● Try it
Search term "True": please show all lines in the listing that contain it.

● Records provided
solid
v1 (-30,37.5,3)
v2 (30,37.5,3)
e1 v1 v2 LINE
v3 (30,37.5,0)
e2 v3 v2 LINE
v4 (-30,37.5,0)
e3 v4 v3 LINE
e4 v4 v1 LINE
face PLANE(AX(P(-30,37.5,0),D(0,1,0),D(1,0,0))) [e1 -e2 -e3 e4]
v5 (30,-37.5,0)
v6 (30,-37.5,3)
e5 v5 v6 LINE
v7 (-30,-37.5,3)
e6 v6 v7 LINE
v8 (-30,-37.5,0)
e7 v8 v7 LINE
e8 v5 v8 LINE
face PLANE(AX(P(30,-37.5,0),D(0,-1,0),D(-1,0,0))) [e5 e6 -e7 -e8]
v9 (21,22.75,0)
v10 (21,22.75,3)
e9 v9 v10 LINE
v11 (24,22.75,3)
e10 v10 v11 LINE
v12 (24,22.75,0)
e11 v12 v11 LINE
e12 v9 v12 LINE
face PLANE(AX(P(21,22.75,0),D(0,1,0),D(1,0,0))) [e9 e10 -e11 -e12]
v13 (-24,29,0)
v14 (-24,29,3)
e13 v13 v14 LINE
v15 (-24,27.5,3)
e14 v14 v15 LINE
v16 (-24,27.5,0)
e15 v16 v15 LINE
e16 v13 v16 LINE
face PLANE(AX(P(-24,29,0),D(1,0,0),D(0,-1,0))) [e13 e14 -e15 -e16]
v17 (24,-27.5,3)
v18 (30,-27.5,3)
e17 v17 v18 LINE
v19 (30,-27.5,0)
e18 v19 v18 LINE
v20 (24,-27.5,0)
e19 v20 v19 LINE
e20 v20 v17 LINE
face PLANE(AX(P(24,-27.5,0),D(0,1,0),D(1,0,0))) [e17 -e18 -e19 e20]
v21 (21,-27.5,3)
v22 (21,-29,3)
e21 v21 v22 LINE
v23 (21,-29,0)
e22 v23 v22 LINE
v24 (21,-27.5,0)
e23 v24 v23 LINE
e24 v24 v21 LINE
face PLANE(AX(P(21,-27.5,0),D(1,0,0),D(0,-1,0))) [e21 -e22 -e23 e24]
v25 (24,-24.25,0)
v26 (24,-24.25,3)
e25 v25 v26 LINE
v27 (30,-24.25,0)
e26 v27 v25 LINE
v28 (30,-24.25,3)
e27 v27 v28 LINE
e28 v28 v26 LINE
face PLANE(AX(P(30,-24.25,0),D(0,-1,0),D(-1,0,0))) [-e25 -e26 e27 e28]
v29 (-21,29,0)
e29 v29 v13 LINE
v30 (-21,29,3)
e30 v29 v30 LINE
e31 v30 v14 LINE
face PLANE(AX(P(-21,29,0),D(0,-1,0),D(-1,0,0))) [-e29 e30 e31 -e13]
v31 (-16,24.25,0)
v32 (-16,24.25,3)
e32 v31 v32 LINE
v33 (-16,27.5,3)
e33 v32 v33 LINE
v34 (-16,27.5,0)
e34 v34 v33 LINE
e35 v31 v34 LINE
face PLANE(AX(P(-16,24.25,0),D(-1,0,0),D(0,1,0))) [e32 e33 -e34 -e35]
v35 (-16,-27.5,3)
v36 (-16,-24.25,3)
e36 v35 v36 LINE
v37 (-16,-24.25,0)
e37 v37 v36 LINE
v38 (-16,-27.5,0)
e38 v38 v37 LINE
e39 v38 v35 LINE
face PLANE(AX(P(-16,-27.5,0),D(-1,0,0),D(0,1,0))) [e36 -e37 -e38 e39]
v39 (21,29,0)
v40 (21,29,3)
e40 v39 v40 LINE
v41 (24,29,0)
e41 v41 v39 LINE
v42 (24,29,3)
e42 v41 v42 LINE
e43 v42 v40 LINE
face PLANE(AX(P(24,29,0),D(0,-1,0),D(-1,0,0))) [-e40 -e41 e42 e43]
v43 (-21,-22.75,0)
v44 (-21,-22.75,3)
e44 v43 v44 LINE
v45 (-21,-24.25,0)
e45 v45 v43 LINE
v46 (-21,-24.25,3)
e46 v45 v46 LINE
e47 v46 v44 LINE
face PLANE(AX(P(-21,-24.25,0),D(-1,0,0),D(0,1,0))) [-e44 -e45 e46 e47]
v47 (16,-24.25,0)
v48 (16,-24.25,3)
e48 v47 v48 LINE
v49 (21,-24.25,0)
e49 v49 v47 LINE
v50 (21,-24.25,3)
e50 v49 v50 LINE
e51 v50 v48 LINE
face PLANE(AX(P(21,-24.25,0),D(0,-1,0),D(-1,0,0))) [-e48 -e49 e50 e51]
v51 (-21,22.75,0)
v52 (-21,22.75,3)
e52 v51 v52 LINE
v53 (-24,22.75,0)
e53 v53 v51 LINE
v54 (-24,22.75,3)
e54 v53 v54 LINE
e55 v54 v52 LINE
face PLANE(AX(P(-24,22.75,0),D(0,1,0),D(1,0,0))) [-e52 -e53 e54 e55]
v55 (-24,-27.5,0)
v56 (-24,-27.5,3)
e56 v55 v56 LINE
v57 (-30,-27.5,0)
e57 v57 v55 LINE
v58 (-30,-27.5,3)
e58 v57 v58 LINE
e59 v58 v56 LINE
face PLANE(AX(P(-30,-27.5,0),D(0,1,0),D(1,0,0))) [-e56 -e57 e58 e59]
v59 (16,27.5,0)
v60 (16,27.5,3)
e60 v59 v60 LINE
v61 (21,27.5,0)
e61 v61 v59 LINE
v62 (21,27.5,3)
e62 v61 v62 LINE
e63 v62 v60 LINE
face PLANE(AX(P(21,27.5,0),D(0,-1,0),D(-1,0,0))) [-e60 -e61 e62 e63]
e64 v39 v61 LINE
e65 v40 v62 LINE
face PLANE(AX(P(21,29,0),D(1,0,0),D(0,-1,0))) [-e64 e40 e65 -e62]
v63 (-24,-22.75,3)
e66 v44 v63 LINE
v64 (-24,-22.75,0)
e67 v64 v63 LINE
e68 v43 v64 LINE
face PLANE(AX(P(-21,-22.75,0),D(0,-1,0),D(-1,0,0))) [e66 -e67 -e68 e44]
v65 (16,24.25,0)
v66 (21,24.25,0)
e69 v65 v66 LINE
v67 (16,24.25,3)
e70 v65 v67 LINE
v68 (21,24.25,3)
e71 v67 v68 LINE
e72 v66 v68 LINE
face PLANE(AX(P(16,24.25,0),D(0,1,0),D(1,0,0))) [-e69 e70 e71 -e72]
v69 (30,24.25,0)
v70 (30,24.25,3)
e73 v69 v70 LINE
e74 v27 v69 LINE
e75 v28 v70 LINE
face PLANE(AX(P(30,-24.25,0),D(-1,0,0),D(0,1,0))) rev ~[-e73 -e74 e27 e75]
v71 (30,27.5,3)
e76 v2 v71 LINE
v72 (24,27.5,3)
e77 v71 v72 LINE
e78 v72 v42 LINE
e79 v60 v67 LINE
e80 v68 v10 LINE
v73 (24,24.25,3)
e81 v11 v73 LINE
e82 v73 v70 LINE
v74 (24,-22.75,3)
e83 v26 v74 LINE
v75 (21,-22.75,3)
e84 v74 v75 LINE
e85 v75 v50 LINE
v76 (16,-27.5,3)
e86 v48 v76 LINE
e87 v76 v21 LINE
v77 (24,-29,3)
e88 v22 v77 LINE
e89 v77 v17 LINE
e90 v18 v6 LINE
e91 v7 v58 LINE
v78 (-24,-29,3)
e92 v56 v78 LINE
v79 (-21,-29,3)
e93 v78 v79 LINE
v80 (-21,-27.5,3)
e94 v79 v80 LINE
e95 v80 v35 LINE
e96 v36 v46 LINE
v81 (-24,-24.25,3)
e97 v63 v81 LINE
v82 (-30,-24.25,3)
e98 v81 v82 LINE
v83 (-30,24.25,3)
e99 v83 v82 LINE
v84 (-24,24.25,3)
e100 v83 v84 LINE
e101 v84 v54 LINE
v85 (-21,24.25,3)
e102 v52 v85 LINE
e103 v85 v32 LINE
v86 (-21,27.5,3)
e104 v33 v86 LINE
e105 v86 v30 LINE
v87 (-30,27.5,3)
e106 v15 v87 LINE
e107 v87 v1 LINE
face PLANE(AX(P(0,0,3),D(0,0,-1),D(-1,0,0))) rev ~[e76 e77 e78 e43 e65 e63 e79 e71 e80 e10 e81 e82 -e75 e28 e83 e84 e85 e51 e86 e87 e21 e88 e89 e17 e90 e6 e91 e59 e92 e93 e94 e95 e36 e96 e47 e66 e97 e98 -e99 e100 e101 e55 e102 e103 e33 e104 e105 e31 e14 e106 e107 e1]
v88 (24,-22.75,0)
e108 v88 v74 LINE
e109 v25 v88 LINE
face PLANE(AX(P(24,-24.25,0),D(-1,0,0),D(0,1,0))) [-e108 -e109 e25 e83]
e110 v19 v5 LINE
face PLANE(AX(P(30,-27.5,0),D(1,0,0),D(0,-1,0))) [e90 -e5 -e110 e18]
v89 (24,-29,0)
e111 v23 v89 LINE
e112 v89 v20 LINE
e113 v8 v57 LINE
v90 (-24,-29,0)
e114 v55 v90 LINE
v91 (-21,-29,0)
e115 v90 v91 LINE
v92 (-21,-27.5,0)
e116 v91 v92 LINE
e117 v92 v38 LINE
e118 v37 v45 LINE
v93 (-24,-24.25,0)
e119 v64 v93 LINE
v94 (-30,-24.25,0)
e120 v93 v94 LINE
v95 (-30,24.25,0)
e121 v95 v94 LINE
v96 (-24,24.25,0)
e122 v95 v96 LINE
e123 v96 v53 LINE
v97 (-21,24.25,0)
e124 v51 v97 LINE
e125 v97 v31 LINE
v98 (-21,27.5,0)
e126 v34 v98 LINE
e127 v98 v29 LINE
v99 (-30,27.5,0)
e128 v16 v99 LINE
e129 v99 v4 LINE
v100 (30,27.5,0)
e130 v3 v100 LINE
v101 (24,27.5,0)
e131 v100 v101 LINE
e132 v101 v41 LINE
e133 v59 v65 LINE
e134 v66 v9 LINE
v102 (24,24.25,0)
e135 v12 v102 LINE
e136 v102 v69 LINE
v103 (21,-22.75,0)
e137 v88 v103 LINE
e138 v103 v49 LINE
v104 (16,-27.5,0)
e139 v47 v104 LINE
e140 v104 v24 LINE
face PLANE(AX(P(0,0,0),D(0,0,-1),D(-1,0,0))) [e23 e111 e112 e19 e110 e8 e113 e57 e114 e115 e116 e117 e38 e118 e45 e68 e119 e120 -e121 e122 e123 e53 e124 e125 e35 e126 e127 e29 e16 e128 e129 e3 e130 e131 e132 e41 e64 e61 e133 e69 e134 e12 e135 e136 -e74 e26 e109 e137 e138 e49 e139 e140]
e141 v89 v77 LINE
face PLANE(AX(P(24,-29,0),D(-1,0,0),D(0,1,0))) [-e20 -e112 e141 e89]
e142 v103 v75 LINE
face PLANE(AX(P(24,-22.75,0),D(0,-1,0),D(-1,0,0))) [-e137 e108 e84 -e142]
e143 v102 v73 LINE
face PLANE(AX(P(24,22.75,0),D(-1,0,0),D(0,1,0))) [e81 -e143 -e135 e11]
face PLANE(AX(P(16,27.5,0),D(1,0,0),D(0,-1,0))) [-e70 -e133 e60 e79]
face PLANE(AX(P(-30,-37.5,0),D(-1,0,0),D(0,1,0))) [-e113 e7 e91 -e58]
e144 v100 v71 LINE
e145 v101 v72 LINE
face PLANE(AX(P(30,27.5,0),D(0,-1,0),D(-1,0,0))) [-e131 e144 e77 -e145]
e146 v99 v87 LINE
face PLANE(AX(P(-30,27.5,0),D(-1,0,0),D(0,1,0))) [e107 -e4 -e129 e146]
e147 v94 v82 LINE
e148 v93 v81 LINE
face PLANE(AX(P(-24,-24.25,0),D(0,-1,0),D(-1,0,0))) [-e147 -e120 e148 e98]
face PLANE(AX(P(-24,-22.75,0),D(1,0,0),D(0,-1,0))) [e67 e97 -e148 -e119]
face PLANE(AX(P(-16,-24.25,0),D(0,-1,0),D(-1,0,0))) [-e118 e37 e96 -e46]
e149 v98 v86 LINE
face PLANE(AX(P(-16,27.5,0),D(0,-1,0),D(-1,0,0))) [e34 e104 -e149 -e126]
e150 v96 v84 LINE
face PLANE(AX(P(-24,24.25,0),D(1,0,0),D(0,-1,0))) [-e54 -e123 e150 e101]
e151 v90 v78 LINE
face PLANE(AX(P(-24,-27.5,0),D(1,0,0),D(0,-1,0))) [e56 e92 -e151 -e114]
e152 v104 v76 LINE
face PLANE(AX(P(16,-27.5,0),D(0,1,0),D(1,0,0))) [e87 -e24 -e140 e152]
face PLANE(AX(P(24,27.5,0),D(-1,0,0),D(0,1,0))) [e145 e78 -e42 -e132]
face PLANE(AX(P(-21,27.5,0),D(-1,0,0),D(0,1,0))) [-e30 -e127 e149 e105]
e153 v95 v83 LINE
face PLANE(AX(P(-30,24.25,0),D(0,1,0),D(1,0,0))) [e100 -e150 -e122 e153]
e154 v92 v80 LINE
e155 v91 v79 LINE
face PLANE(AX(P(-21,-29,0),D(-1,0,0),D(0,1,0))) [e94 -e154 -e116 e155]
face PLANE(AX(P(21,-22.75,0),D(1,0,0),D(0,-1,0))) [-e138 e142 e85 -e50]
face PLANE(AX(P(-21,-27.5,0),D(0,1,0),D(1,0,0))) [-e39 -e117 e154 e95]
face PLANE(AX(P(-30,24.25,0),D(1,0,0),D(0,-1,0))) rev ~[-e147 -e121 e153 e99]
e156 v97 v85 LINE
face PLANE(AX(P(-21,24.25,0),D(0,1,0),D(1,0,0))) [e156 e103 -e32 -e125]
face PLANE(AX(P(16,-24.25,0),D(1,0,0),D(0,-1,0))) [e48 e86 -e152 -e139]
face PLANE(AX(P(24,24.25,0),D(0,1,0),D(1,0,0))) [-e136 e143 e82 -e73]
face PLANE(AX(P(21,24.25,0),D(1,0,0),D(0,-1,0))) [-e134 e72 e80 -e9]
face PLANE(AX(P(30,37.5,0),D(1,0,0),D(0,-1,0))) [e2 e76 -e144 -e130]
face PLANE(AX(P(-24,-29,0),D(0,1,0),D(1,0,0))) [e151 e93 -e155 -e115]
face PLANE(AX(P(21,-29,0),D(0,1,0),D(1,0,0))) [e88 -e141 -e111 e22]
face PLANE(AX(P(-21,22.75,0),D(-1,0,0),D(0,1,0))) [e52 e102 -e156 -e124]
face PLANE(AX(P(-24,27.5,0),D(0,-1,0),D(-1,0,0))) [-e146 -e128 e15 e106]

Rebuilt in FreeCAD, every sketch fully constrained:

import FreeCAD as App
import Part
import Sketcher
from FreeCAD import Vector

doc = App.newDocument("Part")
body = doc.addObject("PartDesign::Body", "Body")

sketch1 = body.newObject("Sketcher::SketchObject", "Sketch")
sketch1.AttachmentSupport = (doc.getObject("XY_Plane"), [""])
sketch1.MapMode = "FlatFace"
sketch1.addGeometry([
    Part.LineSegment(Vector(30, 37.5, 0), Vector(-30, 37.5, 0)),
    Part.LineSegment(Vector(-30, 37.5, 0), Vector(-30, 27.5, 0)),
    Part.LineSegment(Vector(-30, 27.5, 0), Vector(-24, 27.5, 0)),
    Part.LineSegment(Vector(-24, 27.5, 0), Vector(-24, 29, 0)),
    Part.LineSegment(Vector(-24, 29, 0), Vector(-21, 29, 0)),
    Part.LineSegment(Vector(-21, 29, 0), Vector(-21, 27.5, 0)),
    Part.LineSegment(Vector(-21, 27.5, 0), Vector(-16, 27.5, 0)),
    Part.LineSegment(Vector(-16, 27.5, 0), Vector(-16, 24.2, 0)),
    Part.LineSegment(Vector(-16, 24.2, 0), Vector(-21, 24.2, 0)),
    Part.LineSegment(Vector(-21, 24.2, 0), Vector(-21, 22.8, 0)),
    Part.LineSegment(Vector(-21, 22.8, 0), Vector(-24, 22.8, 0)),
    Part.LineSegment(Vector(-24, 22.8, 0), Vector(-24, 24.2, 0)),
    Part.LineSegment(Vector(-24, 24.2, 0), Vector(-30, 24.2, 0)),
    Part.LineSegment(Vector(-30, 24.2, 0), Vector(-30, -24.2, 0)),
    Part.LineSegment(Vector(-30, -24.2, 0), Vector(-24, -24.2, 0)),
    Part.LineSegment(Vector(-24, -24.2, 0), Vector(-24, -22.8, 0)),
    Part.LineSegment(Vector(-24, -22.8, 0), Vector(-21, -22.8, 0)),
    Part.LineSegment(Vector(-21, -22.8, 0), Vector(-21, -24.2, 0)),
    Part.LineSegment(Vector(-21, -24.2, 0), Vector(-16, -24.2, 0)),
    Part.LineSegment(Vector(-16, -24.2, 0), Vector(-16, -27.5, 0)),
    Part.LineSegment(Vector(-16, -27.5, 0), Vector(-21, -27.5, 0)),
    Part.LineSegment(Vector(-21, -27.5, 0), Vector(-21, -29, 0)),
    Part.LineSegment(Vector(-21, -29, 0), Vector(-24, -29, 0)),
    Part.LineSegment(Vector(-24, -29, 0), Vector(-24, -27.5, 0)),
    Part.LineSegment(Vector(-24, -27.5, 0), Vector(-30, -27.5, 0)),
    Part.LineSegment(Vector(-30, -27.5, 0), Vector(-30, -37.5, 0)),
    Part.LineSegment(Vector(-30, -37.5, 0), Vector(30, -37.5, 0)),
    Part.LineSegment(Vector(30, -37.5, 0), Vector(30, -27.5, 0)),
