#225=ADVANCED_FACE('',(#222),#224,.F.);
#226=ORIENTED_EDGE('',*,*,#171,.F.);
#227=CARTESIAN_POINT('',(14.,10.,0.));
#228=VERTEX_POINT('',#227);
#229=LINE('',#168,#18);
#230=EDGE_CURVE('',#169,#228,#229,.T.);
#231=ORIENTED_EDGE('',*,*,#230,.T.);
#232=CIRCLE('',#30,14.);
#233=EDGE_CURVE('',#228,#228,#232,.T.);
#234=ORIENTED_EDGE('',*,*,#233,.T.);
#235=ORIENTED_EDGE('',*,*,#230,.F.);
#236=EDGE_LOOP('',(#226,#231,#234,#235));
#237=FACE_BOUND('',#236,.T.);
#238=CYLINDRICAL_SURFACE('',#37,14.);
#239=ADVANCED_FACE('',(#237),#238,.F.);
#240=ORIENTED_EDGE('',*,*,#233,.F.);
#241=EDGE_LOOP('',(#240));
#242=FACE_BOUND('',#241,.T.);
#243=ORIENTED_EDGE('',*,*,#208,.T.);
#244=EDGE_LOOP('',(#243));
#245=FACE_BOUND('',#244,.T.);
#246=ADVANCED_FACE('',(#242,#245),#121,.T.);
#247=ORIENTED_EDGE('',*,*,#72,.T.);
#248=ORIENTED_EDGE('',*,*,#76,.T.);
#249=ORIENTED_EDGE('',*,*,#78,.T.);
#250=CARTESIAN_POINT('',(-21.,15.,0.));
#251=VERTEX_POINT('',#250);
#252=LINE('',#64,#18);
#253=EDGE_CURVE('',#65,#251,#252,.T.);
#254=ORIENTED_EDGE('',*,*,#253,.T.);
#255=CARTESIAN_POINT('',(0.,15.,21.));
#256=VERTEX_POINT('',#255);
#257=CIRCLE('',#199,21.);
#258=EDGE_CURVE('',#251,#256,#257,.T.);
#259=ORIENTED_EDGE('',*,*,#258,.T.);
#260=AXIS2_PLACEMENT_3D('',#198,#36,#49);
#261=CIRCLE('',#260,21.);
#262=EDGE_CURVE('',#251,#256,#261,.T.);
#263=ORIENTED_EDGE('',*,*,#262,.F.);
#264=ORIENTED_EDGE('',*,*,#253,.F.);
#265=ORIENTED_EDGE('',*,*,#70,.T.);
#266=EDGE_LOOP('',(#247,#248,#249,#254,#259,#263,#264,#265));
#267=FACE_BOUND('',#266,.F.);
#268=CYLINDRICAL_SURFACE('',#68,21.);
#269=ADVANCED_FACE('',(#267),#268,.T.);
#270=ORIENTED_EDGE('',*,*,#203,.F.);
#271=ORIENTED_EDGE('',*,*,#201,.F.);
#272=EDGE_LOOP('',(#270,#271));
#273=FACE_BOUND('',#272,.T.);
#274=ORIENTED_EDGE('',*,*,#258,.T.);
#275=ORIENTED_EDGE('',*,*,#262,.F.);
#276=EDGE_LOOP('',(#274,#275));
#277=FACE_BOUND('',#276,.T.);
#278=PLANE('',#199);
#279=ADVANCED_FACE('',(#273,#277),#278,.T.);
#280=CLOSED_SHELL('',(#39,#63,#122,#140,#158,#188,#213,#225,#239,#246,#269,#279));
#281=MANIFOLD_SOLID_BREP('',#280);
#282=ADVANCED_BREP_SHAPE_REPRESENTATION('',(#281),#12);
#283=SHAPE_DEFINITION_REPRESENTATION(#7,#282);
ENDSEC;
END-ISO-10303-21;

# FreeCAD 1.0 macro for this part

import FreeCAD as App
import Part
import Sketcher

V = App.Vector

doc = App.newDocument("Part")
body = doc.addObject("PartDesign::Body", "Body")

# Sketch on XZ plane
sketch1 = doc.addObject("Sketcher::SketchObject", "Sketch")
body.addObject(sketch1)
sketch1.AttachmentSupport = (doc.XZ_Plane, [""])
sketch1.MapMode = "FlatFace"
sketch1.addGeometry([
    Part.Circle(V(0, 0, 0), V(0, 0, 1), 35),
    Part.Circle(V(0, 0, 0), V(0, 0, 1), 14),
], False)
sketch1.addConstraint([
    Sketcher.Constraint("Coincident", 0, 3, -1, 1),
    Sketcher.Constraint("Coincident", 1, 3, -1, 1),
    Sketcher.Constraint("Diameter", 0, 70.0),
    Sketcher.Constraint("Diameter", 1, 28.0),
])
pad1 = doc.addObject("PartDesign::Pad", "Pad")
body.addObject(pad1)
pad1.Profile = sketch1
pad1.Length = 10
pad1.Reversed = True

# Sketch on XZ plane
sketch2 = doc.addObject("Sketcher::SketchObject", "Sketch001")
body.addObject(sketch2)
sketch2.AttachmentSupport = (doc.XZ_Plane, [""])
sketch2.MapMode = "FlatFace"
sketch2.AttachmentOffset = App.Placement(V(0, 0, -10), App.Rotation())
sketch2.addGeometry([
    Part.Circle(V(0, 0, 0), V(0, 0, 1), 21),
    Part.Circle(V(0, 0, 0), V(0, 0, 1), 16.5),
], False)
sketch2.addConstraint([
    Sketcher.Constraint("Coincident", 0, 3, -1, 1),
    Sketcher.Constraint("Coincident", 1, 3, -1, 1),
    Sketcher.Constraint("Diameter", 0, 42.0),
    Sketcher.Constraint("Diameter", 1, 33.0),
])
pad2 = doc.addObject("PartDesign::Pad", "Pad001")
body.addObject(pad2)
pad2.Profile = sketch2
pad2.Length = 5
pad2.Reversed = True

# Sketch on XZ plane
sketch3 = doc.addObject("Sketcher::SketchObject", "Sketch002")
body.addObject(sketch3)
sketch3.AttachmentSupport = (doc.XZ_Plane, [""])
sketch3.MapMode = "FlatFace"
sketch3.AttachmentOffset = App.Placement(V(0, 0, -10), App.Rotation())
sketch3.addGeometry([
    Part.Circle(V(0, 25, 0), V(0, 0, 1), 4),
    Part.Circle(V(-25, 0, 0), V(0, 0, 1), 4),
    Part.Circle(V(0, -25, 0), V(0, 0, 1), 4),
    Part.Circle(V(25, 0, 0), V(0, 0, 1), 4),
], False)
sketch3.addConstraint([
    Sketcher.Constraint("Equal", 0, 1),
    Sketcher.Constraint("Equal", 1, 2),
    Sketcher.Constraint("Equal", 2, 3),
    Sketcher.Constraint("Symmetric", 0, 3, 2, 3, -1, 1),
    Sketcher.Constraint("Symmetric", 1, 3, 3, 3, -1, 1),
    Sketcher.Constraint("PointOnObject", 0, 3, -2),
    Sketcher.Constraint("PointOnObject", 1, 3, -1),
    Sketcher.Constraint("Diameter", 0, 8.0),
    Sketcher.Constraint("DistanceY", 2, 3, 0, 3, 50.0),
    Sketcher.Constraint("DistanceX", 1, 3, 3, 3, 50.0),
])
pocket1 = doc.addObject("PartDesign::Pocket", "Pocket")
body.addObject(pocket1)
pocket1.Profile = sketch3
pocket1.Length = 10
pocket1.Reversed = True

● Answer space
pad1.Reversed = True
pad2.Reversed = True
pocket1.Reversed = True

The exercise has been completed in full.